▶ _What is expected_: From the entries that follow, reproduce exactly and only the lines from the line with "v 50 15.691 -178.653" to the line with "v 50 34.972 -175.747", endpoints included.
#####
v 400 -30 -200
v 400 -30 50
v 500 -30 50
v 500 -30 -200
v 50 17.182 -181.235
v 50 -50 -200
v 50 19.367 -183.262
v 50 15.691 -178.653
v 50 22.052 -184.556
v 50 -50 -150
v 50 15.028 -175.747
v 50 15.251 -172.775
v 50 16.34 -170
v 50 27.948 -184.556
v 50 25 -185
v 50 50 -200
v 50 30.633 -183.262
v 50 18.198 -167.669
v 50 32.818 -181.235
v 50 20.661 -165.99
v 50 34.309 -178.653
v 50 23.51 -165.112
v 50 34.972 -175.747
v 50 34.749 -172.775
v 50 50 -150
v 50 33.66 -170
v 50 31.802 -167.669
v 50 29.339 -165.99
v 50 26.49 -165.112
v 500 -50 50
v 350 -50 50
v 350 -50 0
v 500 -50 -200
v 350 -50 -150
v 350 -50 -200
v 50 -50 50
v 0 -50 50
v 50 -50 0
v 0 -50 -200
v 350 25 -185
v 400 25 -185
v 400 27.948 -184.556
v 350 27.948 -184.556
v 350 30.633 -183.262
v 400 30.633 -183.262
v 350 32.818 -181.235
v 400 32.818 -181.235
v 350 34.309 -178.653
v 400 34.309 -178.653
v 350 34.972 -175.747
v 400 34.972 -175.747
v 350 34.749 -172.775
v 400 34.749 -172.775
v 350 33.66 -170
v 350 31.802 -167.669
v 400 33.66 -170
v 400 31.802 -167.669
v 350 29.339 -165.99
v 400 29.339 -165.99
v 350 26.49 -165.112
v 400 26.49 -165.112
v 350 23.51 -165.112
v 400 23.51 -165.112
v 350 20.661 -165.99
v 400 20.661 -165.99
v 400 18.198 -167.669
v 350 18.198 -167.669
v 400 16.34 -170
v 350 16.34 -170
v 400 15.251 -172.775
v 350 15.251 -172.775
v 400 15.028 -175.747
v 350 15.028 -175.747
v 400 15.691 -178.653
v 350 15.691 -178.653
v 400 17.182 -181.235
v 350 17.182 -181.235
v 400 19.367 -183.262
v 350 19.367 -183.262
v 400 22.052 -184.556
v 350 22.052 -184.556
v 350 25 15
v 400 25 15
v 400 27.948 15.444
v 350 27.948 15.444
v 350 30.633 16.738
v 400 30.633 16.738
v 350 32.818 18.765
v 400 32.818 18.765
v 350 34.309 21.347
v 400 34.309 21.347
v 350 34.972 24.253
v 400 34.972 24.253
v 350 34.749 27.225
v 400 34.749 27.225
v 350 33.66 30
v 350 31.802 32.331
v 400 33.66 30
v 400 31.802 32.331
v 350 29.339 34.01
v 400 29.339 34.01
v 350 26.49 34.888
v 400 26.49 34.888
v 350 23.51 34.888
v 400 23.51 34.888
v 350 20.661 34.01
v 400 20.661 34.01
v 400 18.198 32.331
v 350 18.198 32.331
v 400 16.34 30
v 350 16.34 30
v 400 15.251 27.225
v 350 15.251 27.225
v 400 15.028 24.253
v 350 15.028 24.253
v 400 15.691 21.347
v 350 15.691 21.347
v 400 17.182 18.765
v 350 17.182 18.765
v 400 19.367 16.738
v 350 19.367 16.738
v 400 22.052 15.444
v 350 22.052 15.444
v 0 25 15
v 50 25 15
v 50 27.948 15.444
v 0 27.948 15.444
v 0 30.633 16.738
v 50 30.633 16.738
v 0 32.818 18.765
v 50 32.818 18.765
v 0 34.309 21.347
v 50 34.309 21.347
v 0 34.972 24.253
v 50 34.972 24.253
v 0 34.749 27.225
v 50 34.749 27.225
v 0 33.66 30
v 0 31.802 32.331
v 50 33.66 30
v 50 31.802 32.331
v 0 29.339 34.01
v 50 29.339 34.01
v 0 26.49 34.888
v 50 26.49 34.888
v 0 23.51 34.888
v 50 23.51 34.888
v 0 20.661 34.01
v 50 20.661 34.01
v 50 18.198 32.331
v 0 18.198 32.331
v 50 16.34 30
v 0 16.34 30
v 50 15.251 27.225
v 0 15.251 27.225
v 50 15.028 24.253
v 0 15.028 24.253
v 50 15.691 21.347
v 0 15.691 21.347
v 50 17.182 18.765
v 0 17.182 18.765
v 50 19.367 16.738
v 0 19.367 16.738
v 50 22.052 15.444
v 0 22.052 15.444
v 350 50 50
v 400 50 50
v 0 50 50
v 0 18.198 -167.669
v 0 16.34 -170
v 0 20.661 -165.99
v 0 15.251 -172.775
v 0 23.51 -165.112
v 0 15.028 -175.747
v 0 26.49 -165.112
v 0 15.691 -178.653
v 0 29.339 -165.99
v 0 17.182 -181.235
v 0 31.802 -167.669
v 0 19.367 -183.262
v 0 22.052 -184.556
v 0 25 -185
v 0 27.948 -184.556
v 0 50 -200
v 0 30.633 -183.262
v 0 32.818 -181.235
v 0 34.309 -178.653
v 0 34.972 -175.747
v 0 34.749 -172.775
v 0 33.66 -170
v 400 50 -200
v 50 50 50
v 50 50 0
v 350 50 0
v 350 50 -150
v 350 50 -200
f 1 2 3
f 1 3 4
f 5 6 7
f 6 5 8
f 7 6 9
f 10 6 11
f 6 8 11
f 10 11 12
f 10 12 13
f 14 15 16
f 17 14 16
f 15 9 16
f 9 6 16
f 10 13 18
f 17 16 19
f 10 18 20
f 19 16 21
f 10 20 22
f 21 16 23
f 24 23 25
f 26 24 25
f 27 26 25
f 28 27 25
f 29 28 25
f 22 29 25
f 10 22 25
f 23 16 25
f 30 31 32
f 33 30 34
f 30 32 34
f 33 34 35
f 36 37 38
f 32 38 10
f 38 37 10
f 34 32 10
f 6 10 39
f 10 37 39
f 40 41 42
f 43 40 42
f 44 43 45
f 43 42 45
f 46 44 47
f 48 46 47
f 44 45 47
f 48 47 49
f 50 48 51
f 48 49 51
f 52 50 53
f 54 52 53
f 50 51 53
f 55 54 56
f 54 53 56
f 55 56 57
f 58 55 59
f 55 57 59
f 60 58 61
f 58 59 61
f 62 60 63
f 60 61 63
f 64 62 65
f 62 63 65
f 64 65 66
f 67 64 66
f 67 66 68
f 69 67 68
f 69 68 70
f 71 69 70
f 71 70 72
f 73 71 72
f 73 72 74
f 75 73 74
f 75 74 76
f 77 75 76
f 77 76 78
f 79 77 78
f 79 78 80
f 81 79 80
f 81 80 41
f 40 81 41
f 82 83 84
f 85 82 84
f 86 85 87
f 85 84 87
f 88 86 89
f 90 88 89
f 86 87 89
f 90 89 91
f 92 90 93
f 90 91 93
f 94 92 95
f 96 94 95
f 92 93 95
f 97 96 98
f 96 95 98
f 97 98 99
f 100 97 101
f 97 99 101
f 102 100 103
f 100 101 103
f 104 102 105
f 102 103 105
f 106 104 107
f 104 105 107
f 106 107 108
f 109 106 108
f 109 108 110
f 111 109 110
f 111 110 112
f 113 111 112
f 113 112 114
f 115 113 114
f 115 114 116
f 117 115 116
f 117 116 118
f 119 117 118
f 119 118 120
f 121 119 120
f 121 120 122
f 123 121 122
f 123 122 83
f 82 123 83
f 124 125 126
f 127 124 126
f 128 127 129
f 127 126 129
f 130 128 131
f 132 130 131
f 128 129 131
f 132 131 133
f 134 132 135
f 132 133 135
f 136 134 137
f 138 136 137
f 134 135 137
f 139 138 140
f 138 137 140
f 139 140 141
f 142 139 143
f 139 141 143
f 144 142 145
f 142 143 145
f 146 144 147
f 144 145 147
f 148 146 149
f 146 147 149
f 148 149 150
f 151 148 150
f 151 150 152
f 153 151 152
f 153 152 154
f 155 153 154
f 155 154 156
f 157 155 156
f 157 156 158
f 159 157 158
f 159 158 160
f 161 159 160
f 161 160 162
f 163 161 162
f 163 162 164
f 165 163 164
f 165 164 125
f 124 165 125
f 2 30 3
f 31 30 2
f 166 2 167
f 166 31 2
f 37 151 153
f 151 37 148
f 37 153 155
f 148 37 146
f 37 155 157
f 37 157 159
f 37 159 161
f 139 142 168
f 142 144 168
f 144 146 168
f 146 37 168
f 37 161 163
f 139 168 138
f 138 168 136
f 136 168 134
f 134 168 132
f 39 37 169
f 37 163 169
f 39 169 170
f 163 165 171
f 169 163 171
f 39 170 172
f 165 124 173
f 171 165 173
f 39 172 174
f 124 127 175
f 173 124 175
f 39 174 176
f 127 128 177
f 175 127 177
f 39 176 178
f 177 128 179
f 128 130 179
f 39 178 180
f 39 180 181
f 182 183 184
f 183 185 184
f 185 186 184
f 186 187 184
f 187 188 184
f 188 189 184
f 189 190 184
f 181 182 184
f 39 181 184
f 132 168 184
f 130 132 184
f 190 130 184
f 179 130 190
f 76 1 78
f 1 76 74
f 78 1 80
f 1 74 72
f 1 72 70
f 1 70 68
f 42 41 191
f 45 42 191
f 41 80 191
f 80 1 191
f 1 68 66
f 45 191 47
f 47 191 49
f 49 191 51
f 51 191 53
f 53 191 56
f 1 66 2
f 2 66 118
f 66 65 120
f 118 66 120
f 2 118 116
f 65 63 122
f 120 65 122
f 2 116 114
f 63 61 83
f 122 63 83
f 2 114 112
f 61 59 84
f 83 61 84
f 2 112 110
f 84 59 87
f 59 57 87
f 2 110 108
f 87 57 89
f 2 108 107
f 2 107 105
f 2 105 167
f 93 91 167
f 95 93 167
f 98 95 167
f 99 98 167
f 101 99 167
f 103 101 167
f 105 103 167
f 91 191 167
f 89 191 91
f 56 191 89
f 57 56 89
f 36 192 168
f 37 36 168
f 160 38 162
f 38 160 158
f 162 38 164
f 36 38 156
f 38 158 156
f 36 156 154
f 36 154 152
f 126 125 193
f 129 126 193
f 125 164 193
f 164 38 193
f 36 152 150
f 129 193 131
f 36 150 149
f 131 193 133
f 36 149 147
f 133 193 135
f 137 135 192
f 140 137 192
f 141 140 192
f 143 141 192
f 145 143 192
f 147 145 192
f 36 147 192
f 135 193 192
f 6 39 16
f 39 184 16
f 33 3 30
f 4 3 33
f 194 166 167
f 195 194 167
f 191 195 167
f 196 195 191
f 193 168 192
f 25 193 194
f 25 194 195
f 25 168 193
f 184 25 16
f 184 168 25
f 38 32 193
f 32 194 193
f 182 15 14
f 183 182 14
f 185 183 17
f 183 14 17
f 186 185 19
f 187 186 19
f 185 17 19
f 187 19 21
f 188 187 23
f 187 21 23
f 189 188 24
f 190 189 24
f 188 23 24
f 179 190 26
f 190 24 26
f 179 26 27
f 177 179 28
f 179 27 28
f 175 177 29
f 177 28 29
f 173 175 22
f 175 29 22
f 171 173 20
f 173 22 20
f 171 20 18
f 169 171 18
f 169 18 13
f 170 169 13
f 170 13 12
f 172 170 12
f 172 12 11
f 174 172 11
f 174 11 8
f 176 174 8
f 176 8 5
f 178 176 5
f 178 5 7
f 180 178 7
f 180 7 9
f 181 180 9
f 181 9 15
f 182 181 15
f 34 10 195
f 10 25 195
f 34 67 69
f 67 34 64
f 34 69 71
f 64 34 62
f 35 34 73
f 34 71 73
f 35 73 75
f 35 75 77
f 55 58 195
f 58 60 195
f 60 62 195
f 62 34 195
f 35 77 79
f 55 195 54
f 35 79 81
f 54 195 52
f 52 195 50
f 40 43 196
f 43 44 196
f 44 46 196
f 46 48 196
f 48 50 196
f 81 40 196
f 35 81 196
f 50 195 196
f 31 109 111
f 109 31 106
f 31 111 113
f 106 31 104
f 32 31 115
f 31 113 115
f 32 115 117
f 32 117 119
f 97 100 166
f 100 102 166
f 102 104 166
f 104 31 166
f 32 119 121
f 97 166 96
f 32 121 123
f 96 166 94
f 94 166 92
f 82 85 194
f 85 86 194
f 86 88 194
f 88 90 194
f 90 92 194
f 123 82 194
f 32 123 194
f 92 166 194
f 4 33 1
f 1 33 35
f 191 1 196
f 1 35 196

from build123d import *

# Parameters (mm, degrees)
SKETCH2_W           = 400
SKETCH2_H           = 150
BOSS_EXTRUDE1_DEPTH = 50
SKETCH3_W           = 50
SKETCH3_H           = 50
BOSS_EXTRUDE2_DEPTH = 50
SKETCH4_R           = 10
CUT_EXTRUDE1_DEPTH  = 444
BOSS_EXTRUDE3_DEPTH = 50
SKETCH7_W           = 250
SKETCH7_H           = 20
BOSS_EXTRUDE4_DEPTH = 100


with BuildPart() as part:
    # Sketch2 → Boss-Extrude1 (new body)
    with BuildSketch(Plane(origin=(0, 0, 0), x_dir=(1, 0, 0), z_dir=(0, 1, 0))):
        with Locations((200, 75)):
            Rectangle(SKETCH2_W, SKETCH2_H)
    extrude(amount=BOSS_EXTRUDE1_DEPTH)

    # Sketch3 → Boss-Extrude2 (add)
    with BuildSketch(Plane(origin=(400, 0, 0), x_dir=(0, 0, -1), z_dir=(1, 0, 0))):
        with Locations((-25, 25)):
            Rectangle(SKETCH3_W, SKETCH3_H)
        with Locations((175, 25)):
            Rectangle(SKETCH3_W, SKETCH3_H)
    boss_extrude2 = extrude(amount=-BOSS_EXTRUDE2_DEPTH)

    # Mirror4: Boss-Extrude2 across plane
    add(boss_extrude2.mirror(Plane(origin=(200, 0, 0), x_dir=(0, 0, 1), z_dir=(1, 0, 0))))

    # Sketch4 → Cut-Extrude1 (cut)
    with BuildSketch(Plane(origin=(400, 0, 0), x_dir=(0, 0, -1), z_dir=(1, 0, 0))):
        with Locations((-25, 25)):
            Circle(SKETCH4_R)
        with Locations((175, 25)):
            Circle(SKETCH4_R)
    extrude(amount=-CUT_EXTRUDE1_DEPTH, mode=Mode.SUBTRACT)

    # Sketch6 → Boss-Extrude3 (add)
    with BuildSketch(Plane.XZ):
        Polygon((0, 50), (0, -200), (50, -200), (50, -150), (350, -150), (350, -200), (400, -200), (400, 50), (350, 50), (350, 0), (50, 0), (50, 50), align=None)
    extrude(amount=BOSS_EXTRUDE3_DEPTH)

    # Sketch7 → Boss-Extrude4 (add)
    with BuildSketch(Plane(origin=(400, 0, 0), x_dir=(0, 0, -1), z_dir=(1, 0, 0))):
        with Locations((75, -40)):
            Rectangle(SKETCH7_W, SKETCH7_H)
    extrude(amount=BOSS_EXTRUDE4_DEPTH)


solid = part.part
#####
▶ _Completed exercise_:
v 50 15.691 -178.653
v 50 22.052 -184.556
v 50 -50 -150
v 50 15.028 -175.747
v 50 15.251 -172.775
v 50 16.34 -170
v 50 27.948 -184.556
v 50 25 -185
v 50 50 -200
v 50 30.633 -183.262
v 50 18.198 -167.669
v 50 32.818 -181.235
v 50 20.661 -165.99
v 50 34.309 -178.653
v 50 23.51 -165.112
v 50 34.972 -175.747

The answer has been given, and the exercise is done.